She graduated from Martha's Vineyard Regional High School as valedictorian of her class, before going on to study theatre and earn an honors degree in Comparative Religion at Harvard University, with a focus in Buddhism. Galland spent her 20s and 30s working in theatre, teaching, editing and juggling odd jobs. These included co-founding a teen theater company in California that debuted at the Edinburgh Fringe Festival in Scotland. Galland once described her life as existing at the whim of serendipity.

Her screenplay, The Winter Population, won an award in 1998; it has yet to be produced.
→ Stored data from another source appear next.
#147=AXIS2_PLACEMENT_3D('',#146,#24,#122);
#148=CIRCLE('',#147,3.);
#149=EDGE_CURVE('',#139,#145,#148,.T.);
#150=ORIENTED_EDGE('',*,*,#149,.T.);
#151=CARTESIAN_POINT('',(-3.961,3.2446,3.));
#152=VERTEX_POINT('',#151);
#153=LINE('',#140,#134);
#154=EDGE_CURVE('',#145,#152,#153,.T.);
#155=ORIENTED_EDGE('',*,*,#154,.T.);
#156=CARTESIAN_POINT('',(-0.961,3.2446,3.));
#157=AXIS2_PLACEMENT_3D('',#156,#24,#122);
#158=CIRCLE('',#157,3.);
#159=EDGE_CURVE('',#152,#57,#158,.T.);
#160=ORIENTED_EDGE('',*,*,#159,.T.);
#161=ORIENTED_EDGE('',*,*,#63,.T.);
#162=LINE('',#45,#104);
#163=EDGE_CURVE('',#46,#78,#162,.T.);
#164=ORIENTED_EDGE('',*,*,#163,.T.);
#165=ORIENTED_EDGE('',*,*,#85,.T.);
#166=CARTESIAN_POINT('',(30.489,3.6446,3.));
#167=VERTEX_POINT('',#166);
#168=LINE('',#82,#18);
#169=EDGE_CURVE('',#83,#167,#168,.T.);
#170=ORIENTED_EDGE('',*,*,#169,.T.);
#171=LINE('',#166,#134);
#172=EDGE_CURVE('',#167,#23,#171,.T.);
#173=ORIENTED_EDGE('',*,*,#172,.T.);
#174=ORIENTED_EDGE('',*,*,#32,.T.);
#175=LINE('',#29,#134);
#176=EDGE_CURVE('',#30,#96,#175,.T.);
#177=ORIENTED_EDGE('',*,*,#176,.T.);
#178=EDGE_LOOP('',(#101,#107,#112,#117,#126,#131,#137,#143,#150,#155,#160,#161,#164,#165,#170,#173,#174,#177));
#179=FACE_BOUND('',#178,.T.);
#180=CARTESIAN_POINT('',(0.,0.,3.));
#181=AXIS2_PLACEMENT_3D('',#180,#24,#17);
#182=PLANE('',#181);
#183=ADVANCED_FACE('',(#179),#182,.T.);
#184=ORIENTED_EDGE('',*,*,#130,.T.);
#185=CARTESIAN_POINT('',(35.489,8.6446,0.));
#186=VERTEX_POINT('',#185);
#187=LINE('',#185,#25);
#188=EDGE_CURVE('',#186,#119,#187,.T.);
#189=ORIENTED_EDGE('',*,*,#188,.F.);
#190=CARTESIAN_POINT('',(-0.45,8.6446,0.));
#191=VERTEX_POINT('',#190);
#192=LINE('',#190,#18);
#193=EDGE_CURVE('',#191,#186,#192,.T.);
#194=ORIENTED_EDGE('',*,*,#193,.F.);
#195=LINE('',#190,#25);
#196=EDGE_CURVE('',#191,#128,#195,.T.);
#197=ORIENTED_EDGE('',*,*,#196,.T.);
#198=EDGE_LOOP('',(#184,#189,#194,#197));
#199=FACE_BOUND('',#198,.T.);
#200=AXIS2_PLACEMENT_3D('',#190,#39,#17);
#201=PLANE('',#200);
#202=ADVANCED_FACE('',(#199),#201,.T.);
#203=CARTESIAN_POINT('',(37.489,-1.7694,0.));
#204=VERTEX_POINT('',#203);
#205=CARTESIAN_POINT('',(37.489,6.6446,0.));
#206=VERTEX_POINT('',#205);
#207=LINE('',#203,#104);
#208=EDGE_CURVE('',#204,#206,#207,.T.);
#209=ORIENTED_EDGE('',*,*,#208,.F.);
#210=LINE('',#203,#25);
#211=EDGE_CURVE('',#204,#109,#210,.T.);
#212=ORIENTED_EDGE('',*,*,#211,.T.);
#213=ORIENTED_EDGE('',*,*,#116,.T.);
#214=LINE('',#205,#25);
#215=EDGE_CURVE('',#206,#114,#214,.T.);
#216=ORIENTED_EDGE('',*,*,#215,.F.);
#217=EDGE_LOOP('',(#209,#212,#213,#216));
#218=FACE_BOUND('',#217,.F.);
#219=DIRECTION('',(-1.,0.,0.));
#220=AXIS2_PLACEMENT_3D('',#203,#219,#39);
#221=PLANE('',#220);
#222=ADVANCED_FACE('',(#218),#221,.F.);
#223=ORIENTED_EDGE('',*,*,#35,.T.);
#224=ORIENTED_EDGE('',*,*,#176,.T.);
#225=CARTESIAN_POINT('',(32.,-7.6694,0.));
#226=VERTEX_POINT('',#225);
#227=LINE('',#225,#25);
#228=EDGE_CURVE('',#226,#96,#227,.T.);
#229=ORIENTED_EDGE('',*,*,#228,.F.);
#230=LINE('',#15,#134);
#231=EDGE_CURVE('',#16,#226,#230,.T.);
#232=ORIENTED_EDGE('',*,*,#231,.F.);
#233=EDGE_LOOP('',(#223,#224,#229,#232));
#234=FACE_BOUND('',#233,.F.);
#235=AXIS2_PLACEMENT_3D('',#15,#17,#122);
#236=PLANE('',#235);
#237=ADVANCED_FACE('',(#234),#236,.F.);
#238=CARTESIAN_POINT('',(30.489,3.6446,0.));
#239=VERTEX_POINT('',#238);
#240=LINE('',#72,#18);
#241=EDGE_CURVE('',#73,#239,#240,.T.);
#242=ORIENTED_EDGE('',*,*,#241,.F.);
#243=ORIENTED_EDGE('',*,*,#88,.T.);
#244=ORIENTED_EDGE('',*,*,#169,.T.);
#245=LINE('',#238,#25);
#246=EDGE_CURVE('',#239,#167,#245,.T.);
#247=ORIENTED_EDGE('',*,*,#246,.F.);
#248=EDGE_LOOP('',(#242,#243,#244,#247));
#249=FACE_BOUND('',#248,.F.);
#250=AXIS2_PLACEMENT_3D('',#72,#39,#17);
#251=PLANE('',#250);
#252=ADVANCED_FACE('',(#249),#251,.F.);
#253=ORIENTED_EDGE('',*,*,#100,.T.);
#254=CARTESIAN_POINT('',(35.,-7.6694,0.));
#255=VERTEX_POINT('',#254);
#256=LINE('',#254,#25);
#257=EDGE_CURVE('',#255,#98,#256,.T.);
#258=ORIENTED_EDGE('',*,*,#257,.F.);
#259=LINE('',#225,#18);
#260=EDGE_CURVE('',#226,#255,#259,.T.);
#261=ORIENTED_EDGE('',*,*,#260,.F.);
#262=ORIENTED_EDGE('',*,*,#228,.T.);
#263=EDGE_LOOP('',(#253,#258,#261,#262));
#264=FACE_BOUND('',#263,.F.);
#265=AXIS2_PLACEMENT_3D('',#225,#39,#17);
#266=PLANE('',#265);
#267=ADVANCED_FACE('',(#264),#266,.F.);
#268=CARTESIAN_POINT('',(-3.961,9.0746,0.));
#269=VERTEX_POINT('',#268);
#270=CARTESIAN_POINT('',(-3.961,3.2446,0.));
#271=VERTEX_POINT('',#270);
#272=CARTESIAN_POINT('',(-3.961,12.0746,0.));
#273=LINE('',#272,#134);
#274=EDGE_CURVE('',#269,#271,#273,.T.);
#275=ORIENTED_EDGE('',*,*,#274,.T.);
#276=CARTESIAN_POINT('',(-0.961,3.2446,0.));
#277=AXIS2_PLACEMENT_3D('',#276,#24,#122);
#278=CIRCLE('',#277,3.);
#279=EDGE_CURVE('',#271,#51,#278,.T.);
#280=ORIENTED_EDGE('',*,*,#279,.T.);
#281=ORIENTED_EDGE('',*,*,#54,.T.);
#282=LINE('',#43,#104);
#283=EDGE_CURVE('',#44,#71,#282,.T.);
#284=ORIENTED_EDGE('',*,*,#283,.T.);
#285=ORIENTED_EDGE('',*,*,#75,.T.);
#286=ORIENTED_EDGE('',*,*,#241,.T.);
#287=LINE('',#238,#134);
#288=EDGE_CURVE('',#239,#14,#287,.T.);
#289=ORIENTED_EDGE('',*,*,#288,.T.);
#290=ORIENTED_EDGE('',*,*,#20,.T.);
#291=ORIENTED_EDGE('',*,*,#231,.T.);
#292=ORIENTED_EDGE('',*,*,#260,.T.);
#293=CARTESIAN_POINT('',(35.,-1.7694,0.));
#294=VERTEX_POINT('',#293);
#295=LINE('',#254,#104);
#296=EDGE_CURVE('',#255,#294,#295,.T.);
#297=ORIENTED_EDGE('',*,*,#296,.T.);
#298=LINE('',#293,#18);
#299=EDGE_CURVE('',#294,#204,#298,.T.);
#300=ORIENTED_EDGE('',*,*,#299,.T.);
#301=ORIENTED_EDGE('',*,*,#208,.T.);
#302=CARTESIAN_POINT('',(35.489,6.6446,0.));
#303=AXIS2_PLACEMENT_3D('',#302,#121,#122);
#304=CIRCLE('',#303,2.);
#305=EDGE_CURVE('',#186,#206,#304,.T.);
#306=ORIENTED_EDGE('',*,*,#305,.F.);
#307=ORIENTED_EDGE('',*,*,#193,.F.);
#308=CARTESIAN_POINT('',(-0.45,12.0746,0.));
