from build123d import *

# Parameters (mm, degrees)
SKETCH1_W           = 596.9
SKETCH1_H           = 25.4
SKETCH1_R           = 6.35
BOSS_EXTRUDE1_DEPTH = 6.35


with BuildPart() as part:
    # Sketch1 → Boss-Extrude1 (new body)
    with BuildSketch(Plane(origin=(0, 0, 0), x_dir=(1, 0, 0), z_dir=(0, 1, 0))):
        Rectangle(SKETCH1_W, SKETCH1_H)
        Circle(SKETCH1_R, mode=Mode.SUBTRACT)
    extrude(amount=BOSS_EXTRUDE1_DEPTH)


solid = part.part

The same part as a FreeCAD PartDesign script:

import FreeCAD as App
import Part
import Sketcher
from FreeCAD import Vector
Q = App.Units.Quantity


def add_polygon(sketch, points):
    """Adds a closed chain of lines whose ends are joined by coincident constraints."""
    first, n = sketch.GeometryCount, len(points)
    for a, b in zip(points, points[1:] + points[:1]):
        sketch.addGeometry(Part.LineSegment(App.Vector(*a, 0), App.Vector(*b, 0)), False)
    for i in range(n):
        sketch.addConstraint(Sketcher.Constraint("Coincident", first + i, 2, first + (i + 1) % n, 1))

doc = App.newDocument("Part")
params = doc.addObject("Spreadsheet::Sheet", "Params")
for row, (alias, value) in enumerate([
    ("sketch1_diameter", "0.5 in"),
    ("sketch1_height", "1 in"),
    ("sketch1_width", "23.5 in"),
    ("pad1_length", "0.25 in"),
], start=1):
    params.set(f"A{row}", alias)
    params.set(f"B{row}", "=" + value)
    params.setAlias(f"B{row}", alias)

body = doc.addObject("PartDesign::Body", "Body")

# Sketch on XZ plane
sketch1 = doc.addObject("Sketcher::SketchObject", "Sketch")
body.addObject(sketch1)
sketch1.AttachmentSupport = (doc.XZ_Plane, [""])
sketch1.MapMode = "FlatFace"
add_polygon(sketch1, [(-298.45, -12.7), (-298.45, 12.7), (298.45, 12.7), (298.45, -12.7)])  # lines 0-3
sketch1.addGeometry(Part.Circle(Vector(0, 0, 0), Vector(0, 0, 1), 6.35), False)  # 4
sketch1.addConstraint(Sketcher.Constraint("Vertical", 0))
sketch1.addConstraint(Sketcher.Constraint("Horizontal", 1))
sketch1.addConstraint(Sketcher.Constraint("Vertical", 2))
sketch1.addConstraint(Sketcher.Constraint("Horizontal", 3))
sketch1.addConstraint(Sketcher.Constraint("Coincident", 4, 3, -1, 1))
sketch1.addConstraint(Sketcher.Constraint("Symmetric", 0, 2, 2, 2, -1, 1))
sketch1.addConstraint(Sketcher.Constraint("Diameter", 4, Q("0.5 in")))
sketch1.addConstraint(Sketcher.Constraint("DistanceY", 0, 1, 0, 2, Q("1 in")))
sketch1.addConstraint(Sketcher.Constraint("DistanceX", 1, 1, 1, 2, Q("23.5 in")))
sketch1.setExpression("Constraints[10]", "Params.sketch1_diameter")
sketch1.setExpression("Constraints[11]", "Params.sketch1_height")
sketch1.setExpression("Constraints[12]", "Params.sketch1_width")
pad1 = doc.addObject("PartDesign::Pad", "Pad")
body.addObject(pad1)
pad1.Profile = sketch1
pad1.setExpression("Length", "Params.pad1_length")
pad1.Reversed = True

doc.recompute()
When her first novel, The Fool’s Tale, was published by William Morrow in 2005, she left her position as Literary Manager/Dramaturge at Berkeley Repertory Theatre to write full-time. While at Berkeley Rep she had written her second novel, Revenge of the Rose. Her third novel, Crossed: A Tale of the Fourth Crusade, was written over a two-year period during which she lived out of a backpack.

Having resided in the California Bay Area, Los Angeles and New York City, Galland returned to Martha's Vineyard to live full-time.
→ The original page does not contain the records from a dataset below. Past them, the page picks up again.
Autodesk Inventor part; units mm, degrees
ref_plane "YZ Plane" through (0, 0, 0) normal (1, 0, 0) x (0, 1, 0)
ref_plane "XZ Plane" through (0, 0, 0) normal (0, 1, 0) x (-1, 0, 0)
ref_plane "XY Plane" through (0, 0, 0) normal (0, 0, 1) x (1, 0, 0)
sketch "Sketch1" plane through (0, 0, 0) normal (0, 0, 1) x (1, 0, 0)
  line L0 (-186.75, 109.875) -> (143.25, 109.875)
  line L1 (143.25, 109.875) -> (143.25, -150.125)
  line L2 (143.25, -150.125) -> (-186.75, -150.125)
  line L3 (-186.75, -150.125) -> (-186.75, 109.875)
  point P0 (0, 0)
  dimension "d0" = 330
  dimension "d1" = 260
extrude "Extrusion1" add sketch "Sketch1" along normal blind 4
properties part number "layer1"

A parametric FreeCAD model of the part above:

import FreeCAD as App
import Part
import Sketcher
Q = App.Units.Quantity

doc = App.newDocument("Part")
body = doc.addObject("PartDesign::Body", "Body")

# Sketch on XY plane
sketch1 = body.newObject("Sketcher::SketchObject", "Sketch")
sketch1.AttachmentSupport = (doc.getObject("XY_Plane"), [""])
sketch1.MapMode = "FlatFace"
sketch1.addGeometry([
    Part.LineSegment(App.Vector(143.25, 109.875, 0), App.Vector(-186.75, 109.875, 0)),
    Part.LineSegment(App.Vector(-186.75, 109.875, 0), App.Vector(-186.75, -150.125, 0)),
    Part.LineSegment(App.Vector(-186.75, -150.125, 0), App.Vector(143.25, -150.125, 0)),
    Part.LineSegment(App.Vector(143.25, -150.125, 0), App.Vector(143.25, 109.875, 0)),
], False)
sketch1.addConstraint([
    Sketcher.Constraint("Coincident", 0, 2, 1, 1),
    Sketcher.Constraint("Coincident", 1, 2, 2, 1),
    Sketcher.Constraint("Coincident", 2, 2, 3, 1),
    Sketcher.Constraint("Coincident", 3, 2, 0, 1),
    Sketcher.Constraint("Horizontal", 0),
    Sketcher.Constraint("Vertical", 1),
    Sketcher.Constraint("Horizontal", 2),
    Sketcher.Constraint("Vertical", 3),
    Sketcher.Constraint("DistanceX", 0, 2, 0, 1, Q("330 mm")),
    Sketcher.Constraint("DistanceY", 1, 2, 1, 1, Q("260 mm")),
    Sketcher.Constraint("DistanceX", 0, 2, -1, 1, Q("186.75 mm")),
    Sketcher.Constraint("DistanceY", -1, 1, 0, 2, Q("109.875 mm")),
])
pad1 = body.newObject("PartDesign::Pad", "Pad")
pad1.Profile = sketch1
pad1.Length = 4

doc.recompute()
In addition to her novels, Galland has written for Salon.com and several Vineyard-based publications, including the Vineyard Gazette, Martha’s Vineyard Magazine, and Edible Vineyard, of which she is a contributing editor.

She has been involved in Vineyard theatre, working at the Vineyard Playhouse and with ArtFarm Enterprises. She is also the co-founder, with Chelsea McCarthy, of Shakespeare for the Masses, an off-season series presenting irreverent adaptations Shakespeare's plays on Martha's Vineyard.
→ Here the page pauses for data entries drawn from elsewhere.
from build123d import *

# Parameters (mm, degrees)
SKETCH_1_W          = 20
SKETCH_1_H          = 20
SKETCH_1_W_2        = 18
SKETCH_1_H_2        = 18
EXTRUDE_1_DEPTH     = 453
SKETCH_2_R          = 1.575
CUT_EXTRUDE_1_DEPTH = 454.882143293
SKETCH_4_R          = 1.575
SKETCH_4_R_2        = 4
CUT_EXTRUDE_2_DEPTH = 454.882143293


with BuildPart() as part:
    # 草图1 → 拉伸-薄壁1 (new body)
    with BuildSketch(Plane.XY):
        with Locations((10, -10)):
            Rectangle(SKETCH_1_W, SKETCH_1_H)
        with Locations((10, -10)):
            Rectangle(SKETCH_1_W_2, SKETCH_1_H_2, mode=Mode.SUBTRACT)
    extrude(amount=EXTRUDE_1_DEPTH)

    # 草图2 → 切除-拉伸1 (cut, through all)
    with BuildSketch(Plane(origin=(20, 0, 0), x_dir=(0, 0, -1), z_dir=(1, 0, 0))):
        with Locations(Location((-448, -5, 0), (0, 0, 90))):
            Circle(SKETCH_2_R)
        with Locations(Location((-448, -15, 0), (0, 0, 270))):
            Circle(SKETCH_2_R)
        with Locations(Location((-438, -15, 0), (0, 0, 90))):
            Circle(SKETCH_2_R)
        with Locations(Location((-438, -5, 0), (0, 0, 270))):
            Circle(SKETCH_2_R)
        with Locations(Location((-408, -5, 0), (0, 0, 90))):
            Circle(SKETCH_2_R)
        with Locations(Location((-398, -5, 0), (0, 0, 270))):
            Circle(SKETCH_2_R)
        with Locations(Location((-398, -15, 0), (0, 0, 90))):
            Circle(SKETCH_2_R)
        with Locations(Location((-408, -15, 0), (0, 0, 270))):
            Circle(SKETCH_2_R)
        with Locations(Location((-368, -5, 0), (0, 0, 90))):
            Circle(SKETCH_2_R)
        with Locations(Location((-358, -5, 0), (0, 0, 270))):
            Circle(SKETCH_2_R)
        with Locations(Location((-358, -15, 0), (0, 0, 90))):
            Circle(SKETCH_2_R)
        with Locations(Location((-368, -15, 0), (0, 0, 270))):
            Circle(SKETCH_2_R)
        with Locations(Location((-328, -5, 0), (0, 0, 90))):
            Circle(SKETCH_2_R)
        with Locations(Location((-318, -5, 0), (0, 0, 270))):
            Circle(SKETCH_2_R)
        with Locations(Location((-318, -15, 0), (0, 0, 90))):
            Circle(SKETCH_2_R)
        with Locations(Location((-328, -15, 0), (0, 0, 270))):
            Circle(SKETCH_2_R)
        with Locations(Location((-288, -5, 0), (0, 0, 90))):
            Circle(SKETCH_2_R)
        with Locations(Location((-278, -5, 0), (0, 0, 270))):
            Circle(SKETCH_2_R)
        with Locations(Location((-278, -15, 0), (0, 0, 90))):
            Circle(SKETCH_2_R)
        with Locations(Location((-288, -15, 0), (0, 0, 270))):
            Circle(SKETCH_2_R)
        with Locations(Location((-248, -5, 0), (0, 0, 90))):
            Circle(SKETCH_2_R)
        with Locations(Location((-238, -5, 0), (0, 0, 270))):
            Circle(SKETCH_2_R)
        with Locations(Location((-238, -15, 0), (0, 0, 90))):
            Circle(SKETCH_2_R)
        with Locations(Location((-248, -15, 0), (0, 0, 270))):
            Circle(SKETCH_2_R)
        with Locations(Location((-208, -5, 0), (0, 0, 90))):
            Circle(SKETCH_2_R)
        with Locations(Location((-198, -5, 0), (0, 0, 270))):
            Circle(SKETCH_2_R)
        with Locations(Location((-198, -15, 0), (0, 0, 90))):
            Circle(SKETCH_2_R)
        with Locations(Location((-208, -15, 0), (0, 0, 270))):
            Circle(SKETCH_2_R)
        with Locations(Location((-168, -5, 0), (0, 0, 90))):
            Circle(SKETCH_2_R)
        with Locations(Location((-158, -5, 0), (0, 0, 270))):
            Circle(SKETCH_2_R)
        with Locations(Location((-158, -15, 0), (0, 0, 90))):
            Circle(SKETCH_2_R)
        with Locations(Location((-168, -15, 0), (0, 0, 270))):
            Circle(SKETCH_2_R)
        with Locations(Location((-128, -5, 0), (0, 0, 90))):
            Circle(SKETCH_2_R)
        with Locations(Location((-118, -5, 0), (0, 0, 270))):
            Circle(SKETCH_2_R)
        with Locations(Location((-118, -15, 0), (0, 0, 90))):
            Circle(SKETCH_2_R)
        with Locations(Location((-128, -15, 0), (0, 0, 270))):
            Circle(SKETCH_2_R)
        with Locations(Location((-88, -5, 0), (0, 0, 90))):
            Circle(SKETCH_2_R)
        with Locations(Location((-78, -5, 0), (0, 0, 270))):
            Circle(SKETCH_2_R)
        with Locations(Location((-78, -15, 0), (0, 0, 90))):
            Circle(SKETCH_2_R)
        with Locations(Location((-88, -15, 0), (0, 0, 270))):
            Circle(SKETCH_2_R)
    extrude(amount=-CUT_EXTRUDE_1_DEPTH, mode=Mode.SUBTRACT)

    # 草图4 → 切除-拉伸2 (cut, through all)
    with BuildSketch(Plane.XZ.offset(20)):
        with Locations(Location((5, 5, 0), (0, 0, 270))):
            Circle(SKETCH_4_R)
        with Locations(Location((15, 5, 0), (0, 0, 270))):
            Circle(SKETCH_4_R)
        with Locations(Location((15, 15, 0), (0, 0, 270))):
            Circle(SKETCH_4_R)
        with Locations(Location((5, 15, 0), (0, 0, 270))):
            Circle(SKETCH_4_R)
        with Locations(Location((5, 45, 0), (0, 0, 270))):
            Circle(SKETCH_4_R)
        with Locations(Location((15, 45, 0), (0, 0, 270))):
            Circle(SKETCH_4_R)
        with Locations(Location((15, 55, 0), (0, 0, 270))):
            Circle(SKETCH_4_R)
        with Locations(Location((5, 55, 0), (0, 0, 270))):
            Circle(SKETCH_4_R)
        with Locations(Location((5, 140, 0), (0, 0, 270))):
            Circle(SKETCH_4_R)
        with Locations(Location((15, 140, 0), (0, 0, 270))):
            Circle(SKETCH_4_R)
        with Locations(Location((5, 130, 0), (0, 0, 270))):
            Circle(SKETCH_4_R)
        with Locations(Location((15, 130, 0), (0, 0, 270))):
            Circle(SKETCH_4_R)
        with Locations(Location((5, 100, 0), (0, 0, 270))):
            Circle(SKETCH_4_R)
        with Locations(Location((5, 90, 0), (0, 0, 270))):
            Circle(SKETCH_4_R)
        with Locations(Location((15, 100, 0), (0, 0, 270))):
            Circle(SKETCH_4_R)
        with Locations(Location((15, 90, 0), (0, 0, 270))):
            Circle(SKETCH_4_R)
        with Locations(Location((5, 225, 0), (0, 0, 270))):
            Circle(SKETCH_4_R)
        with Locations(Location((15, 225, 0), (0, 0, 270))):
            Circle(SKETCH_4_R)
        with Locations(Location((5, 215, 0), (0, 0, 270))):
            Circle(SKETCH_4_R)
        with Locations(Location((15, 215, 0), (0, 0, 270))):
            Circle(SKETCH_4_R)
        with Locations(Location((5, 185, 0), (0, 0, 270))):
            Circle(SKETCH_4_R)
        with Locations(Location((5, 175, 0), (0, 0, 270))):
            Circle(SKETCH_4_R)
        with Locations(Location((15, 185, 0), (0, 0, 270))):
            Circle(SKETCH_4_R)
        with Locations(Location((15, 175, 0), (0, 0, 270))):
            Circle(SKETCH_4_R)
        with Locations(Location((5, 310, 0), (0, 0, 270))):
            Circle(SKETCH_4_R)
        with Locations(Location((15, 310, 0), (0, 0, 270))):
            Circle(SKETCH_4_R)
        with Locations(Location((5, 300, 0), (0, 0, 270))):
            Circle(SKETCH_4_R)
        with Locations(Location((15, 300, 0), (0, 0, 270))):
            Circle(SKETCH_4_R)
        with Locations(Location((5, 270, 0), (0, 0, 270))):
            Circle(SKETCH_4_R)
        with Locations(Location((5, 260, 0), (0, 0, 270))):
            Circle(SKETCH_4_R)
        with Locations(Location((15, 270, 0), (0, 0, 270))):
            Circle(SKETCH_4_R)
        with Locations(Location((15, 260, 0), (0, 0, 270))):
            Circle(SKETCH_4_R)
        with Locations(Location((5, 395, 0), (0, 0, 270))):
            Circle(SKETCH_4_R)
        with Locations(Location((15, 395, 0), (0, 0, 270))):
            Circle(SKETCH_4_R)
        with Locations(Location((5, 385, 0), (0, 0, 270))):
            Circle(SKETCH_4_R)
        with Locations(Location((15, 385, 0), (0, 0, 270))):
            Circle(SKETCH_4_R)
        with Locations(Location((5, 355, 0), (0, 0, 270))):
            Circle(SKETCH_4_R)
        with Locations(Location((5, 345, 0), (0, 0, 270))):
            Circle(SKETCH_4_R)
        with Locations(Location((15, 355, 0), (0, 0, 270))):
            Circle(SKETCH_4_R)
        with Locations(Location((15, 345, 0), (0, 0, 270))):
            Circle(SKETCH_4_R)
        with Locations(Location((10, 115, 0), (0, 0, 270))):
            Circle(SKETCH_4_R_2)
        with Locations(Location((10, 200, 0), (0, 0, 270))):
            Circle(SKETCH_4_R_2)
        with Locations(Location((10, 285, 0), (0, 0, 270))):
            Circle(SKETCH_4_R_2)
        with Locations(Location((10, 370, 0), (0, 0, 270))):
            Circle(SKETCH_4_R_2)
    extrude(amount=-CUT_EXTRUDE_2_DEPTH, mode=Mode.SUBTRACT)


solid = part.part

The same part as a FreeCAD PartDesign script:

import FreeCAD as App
import Part
import Sketcher

doc = App.newDocument("Part")
body = doc.addObject("PartDesign::Body", "Body")

# Sketch on XY plane
sketch1 = doc.addObject("Sketcher::SketchObject", "Sketch")
body.addObject(sketch1)
sketch1.AttachmentSupport = (doc.XY_Plane, [""])
sketch1.MapMode = "FlatFace"
sketch1.addGeometry([
    Part.LineSegment(App.Vector(0, 0, 0), App.Vector(0, -20, 0)),  # 0
    Part.LineSegment(App.Vector(0, -20, 0), App.Vector(20, -20, 0)),  # 1
    Part.LineSegment(App.Vector(20, -20, 0), App.Vector(20, 0, 0)),  # 2
    Part.LineSegment(App.Vector(20, 0, 0), App.Vector(0, 0, 0)),  # 3
    Part.LineSegment(App.Vector(19, -19, 0), App.Vector(1, -19, 0)),  # 4
    Part.LineSegment(App.Vector(1, -19, 0), App.Vector(1, -1, 0)),  # 5
    Part.LineSegment(App.Vector(1, -1, 0), App.Vector(19, -1, 0)),  # 6
    Part.LineSegment(App.Vector(19, -1, 0), App.Vector(19, -19, 0)),  # 7
], False)
sketch1.addConstraint([
    Sketcher.Constraint("Coincident", 0, 2, 1, 1),
    Sketcher.Constraint("Coincident", 1, 2, 2, 1),
    Sketcher.Constraint("Coincident", 2, 2, 3, 1),
    Sketcher.Constraint("Coincident", 3, 2, 0, 1),
    Sketcher.Constraint("Coincident", 4, 2, 5, 1),
    Sketcher.Constraint("Coincident", 5, 2, 6, 1),
    Sketcher.Constraint("Coincident", 6, 2, 7, 1),
    Sketcher.Constraint("Coincident", 7, 2, 4, 1),
    Sketcher.Constraint("Vertical", 0),
    Sketcher.Constraint("Horizontal", 1),
    Sketcher.Constraint("Vertical", 2),
    Sketcher.Constraint("Horizontal", 3),
    Sketcher.Constraint("Horizontal", 4),
    Sketcher.Constraint("Vertical", 5),
    Sketcher.Constraint("Horizontal", 6),
    Sketcher.Constraint("Vertical", 7),
    Sketcher.Constraint("Coincident", 3, 2, -1, 1),
    Sketcher.Constraint("Equal", 3, 0),
    Sketcher.Constraint("Equal", 6, 5),
    Sketcher.Constraint("DistanceX", 1, 1, 1, 2, 20.0),
    Sketcher.Constraint("DistanceX", 4, 2, 4, 1, 18.0),
    Sketcher.Constraint("DistanceX", -1, 1, 4, 2, 1.0),
    Sketcher.Constraint("DistanceY", 4, 2, -1, 1, 19.0),
])
pad1 = doc.addObject("PartDesign::Pad", "Pad")
body.addObject(pad1)
pad1.Profile = sketch1
pad1.Length = 453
Galland appears in the CD-ROM Star Wars: Rebel Assault II as Ina Rece. She has studied aikido.

==Bibliography==
- The Fool’s Tale (2005, William Morrow; translated into Spanish)
- Revenge of the Rose (2006, William Morrow; translated into four languages)
- Crossed: A Tale of the Fourth Crusade (2008, Harper Perennial)
- Moby Rich (2007–2008, serialized novel in the Vineyard Gazette)
- The Mongoliad (launched 2010)
- I, Iago (April 2012, William Morrow)
- Godiva (July 2013, William Morrow)
- Stepdog (August 2015, Harper Collins)
- The Rise and Fall of D.O.D.O. with Neal Stephenson (June 2017, William Morrow)
- Master of the Revels: A Return to Neal Stephenson's D.O.D.O. (February 2021, William Morrow)
- Boy: A Novel (February 2025, HarperCollins)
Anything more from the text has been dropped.